# Error code: p2463



## diesel (Jun 8, 2013)

I am curious what type of driving you primarily do?


----------



## Devilz (May 16, 2012)

Last 20,000 miles were on motorway.

_What do you think is the best option to go for, DPF removal Stage 2 tuning or removing the actual DPF filter from the exhaust??_


----------



## Cruze2.0Diesel (Jun 30, 2013)

Good question diesel. They make diesel particulate filter cleaner if anyone has tried it? I did find some good instructions on DPF's. Grabbed this off ehow- summarized. Typically, driving at slow speeds or in stop-and-go conditions for a long time will trigger this light, which indicates that the exhaust gas has not been hot enough to effectively burn off particulate matter trapped in the filter. Clogged diesel particulate filters may cause poor vehicle performance. To conduct a simple cleaning, drive the vehicle to a highway or other high-speed roadway. Accelerate until the vehicle reaches speeds in excess of 40 miles per hour. Continue to drive the vehicle at speeds above 40 mph for at least 10 minutes, which will raise the exhaust gas temperature to a point that will clear any particulate matter trapped in the filter. Watch for the warning light to turn off, indicating that the diesel particulate filter has been cleaned. If simple cleaning is ineffective the dealership may have to perform a professional cleaning.


----------



## Devilz (May 16, 2012)

Last time I tried cleaning it while driving was on motorway doing 70-80 MPH and keeping revs over 3000 for atleast 60 miles but auto cleaning didn't worked so my guess is DPF is clogged and need replacing as stealers advised it needs changing.


----------



## grs1961 (Oct 23, 2012)

Devilz said:


> Last time I tried cleaning it while driving was on motorway doing 70-80 MPH and keeping revs over 3000 for atleast 60 miles but auto cleaning didn't worked so my guess is DPF is clogged and need replacing as stealers advised it needs changing.
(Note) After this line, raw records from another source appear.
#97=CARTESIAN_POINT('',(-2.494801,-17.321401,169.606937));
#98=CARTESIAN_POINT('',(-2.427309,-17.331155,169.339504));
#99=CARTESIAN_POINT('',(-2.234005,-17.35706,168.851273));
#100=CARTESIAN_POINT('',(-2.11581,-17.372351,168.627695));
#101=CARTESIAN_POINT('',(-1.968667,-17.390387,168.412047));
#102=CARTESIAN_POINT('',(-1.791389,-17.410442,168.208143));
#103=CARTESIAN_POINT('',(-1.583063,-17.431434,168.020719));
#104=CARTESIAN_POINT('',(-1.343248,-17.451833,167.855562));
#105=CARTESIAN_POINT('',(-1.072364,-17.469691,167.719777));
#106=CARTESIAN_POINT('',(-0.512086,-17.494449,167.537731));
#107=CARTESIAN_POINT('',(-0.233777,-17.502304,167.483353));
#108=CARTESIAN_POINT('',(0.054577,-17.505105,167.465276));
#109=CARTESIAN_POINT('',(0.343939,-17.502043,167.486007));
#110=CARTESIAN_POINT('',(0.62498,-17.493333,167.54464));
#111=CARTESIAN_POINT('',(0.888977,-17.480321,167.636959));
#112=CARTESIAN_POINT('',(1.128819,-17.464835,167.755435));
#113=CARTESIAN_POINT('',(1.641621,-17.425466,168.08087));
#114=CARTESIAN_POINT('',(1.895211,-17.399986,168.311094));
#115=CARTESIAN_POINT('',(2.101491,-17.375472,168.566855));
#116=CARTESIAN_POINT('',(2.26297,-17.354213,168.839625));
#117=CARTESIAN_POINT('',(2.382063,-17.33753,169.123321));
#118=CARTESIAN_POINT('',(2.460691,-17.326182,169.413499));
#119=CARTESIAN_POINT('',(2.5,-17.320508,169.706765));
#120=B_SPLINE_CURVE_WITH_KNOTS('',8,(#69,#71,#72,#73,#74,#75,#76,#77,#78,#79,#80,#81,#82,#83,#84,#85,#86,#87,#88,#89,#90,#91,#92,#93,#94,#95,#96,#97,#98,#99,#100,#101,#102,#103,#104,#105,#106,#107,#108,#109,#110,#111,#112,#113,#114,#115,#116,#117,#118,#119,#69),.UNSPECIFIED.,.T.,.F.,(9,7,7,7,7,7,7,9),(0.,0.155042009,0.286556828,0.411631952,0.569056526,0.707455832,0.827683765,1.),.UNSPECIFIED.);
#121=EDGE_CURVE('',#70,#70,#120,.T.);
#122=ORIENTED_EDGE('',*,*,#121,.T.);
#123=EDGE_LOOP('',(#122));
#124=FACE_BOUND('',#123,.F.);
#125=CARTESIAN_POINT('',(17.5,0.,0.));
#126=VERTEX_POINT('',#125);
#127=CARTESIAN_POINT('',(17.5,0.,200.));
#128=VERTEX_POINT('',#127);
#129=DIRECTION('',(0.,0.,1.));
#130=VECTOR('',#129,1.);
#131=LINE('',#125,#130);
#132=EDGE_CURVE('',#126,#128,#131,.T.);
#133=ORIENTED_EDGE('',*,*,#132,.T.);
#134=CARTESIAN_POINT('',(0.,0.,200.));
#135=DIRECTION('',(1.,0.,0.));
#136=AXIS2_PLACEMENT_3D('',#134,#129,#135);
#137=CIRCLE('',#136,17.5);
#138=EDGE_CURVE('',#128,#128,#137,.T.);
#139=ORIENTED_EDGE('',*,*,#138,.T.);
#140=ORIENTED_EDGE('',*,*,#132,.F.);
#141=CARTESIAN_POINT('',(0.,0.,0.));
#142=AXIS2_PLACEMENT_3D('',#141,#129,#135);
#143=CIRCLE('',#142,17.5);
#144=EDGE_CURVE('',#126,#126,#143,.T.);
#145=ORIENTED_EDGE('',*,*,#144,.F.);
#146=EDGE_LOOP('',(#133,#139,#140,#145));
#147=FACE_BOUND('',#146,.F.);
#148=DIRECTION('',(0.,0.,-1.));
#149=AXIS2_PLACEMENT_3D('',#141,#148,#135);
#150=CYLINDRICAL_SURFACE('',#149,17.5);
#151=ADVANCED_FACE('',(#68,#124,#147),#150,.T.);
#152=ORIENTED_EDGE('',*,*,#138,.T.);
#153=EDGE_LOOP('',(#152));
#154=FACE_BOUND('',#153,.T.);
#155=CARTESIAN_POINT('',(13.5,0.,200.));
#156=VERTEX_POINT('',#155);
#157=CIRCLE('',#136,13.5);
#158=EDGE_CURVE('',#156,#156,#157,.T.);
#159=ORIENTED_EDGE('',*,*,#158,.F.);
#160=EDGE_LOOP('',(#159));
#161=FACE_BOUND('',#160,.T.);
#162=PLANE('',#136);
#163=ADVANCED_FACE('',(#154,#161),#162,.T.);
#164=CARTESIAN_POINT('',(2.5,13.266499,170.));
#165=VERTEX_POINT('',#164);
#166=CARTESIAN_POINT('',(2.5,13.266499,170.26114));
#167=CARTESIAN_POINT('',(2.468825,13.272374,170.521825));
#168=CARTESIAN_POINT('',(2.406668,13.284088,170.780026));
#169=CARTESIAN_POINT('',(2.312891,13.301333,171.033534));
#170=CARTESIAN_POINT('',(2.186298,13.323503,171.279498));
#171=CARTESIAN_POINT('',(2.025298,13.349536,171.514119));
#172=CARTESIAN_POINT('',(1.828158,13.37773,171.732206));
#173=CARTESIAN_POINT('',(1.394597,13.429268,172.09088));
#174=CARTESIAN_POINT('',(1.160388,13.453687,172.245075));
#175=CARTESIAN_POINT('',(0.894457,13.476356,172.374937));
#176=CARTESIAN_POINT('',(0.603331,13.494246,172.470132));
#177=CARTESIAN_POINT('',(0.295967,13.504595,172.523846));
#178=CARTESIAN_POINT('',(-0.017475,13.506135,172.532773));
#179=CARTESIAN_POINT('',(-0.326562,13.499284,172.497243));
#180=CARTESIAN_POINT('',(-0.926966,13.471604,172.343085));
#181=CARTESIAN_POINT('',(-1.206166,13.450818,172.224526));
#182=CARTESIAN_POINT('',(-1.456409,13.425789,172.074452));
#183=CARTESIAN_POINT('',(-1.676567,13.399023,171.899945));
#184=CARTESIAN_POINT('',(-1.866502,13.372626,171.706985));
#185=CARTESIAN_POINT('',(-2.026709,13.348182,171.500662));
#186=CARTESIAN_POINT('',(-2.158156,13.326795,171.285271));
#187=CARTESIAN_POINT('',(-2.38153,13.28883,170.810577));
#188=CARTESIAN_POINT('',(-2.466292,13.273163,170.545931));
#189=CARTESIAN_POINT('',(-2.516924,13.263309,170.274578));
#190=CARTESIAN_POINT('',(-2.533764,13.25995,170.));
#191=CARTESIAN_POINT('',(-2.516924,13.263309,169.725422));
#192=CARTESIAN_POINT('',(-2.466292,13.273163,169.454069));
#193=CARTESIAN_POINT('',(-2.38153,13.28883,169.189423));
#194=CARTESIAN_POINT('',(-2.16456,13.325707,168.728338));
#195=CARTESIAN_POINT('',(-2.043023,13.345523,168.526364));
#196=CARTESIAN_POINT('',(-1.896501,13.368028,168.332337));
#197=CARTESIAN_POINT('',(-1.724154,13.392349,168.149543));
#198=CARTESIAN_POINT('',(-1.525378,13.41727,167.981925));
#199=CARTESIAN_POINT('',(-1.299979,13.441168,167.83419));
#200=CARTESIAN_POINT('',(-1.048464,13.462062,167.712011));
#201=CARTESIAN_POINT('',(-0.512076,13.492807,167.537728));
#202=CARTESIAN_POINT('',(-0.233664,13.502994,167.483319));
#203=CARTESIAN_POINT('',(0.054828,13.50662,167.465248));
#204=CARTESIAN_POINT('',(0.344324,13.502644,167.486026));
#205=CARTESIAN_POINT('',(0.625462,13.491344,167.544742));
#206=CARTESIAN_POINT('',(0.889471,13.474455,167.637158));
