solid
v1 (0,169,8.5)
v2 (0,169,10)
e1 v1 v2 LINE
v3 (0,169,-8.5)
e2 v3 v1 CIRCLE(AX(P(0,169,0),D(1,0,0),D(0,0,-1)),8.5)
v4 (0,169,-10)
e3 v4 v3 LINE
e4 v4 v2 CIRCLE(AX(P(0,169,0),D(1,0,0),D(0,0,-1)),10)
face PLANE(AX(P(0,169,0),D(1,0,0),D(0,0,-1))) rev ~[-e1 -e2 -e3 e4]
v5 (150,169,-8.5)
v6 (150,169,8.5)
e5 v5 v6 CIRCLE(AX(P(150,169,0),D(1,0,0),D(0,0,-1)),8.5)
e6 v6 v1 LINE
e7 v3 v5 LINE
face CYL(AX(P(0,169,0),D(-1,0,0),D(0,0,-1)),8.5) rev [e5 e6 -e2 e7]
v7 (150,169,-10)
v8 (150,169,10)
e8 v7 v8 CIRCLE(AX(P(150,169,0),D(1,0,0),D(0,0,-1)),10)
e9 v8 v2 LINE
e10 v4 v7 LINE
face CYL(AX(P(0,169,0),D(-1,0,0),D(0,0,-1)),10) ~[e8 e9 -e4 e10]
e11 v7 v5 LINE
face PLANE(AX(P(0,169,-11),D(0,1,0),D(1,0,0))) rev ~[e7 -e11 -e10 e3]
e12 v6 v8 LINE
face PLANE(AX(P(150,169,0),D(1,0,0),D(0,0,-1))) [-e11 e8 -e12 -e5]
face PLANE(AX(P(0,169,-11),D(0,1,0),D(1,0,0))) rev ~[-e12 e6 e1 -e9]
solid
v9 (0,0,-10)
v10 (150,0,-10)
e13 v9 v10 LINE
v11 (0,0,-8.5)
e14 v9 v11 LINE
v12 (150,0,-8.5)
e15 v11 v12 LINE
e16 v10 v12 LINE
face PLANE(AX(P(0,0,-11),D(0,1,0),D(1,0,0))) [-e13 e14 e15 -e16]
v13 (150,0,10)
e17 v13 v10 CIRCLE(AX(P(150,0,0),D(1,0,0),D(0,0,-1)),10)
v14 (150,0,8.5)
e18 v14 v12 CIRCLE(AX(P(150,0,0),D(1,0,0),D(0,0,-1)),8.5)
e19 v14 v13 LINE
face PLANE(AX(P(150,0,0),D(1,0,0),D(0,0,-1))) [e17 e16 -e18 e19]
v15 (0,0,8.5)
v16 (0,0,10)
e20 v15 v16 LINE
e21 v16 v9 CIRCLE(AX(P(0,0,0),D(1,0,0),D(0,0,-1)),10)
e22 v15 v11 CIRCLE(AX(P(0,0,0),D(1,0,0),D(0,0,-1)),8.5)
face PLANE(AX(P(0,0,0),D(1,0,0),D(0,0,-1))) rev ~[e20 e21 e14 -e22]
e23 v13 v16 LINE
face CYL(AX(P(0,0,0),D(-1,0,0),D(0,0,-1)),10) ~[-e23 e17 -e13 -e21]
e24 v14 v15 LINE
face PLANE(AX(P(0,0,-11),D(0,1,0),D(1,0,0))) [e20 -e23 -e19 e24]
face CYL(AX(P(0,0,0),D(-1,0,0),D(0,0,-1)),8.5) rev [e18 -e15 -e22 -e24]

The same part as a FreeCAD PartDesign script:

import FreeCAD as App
import Part
import Sketcher
Q = App.Units.Quantity

doc = App.newDocument("Part")
params = doc.addObject("Spreadsheet::Sheet", "Params")
for row, (alias, value) in enumerate([
    ("sketch1_width", "150 mm"),
    ("sketch1_height", "169 mm"),
    ("pad1_length", "22 mm"),
    ("sketch2_diameter", "20 mm"),
    ("sketch2_diameter2", "17 mm"),
    ("pad2_length", "150 mm"),
    ("sketch3_diameter", "20 mm"),
    ("sketch3_diameter2", "17 mm"),
    ("pad3_length", "150 mm"),
], start=1):
    params.set(f"A{row}", alias)
    params.set(f"B{row}", "=" + value)
    params.setAlias(f"B{row}", alias)

body = doc.addObject("PartDesign::Body", "Body")

sketch1 = doc.addObject("Sketcher::SketchObject", "Sketch")
body.addObject(sketch1)
sketch1.AttachmentSupport = (doc.XY_Plane, [""])
sketch1.MapMode = "FlatFace"
sketch1.AttachmentOffset = App.Placement(App.Vector(0, 0, -11), App.Rotation())
sketch1.addGeometry([
    Part.LineSegment(App.Vector(0, 169, 0), App.Vector(0, 0, 0)),
    Part.LineSegment(App.Vector(0, 0, 0), App.Vector(150, 0, 0)),
    Part.LineSegment(App.Vector(150, 0, 0), App.Vector(150, 169, 0)),
    Part.LineSegment(App.Vector(150, 169, 0), App.Vector(0, 169, 0)),
], False)
sketch1.addConstraint([
    Sketcher.Constraint("Coincident", 0, 2, 1, 1),
    Sketcher.Constraint("Coincident", 1, 2, 2, 1),
    Sketcher.Constraint("Coincident", 2, 2, 3, 1),
    Sketcher.Constraint("Coincident", 3, 2, 0, 1),
    Sketcher.Constraint("Vertical", 0),
    Sketcher.Constraint("Horizontal", 1),
    Sketcher.Constraint("Vertical", 2),
    Sketcher.Constraint("Horizontal", 3),
    Sketcher.Constraint("Coincident", 0, 2, -1, 1),
    Sketcher.Constraint("DistanceX", 1, 1, 1, 2, Q("150 mm")),
    Sketcher.Constraint("DistanceY", 0, 2, 0, 1, Q("169 mm")),
])
sketch1.setExpression("Constraints[9]", "Params.sketch1_width")
sketch1.setExpression("Constraints[10]", "Params.sketch1_height")
pad1 = doc.addObject("PartDesign::Pad", "Pad")
body.addObject(pad1)
pad1.Profile = sketch1
pad1.setExpression("Length", "Params.pad1_length")
body2 = doc.addObject("PartDesign::Body", "Body001")

sketch2 = doc.addObject("Sketcher::SketchObject", "Sketch001")
body2.addObject(sketch2)
sketch2.AttachmentSupport = (doc.getObject("YZ_Plane001"), [""])
sketch2.MapMode = "FlatFace"
sketch2.addGeometry([
    Part.Circle(App.Vector(169, 0, 0), App.Vector(0, 0, 1), 10),
    Part.Circle(App.Vector(169, 0, 0), App.Vector(0, 0, 1), 8.5),
], False)
sketch2.addConstraint([
    Sketcher.Constraint("Coincident", 1, 3, 0, 3),
    Sketcher.Constraint("PointOnObject", 0, 3, -1),
    Sketcher.Constraint("Diameter", 0, Q("20 mm")),
    Sketcher.Constraint("Diameter", 1, Q("17 mm")),
    Sketcher.Constraint("DistanceX", -1, 1, 0, 3, Q("169 mm")),
])
sketch2.setExpression("Constraints[2]", "Params.sketch2_diameter")
sketch2.setExpression("Constraints[3]", "Params.sketch2_diameter2")
pad2 = doc.addObject("PartDesign::Pad", "Pad001")
body2.addObject(pad2)
pad2.Profile = sketch2
pad2.setExpression("Length", "Params.pad2_length")
body3 = doc.addObject("PartDesign::Body", "Body002")
body3.AllowCompound = True

sketch3 = doc.addObject("Sketcher::SketchObject", "Sketch002")
body3.addObject(sketch3)
sketch3.AttachmentSupport = (doc.getObject("YZ_Plane002"), [""])
sketch3.MapMode = "FlatFace"
sketch3.addGeometry([
    Part.Circle(App.Vector(0, 0, 0), App.Vector(0, 0, 1), 10),
    Part.Circle(App.Vector(0, 0, 0), App.Vector(0, 0, 1), 8.5),
], False)
sketch3.addConstraint([
    Sketcher.Constraint("Coincident", 0, 3, -1, 1),
    Sketcher.Constraint("Coincident", 1, 3, -1, 1),
    Sketcher.Constraint("Diameter", 0, Q("20 mm")),
    Sketcher.Constraint("Diameter", 1, Q("17 mm")),
])
sketch3.setExpression("Constraints[2]", "Params.sketch3_diameter")
sketch3.setExpression("Constraints[3]", "Params.sketch3_diameter2")
pad3 = doc.addObject("PartDesign::Pad", "Pad002")
body3.addObject(pad3)
pad3.Profile = sketch3
pad3.setExpression("Length", "Params.pad3_length")
doc.recompute()

boolean = doc.addObject("PartDesign::Boolean", "Boolean")
body3.addObject(boolean)
boolean.Type = "Fuse"
boolean.addObjects([body2])
doc.recompute()

boolean2 = doc.addObject("PartDesign::Boolean", "Boolean001")
body3.addObject(boolean2)
boolean2.Type = "Cut"
boolean2.addObjects([body])

doc.recompute()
My handbook says to keep it over 2000 rpm for about 20 minutes to clean the DPF, and experience shows that seems to work.

Mind you, the idiot light just came on with a P02e1 code, which means something isn't working right with it all, I shall have more of a grovel through the sensors and see if I can do the test in the service manual, else it's off to the mac!


----------



## diesel (Jun 8, 2013)

Do you know for a fact that the proper oil was used when oil changes were done? This makes me think about the post I made on oil change concerns and effects on DPF with incorrect oil.


----------



## Devilz (May 16, 2012)

diesel said:


> Do you know for a fact that the proper oil was used when oil changes were done? This makes me think about the post I made on oil change concerns and effects on DPF with incorrect oil.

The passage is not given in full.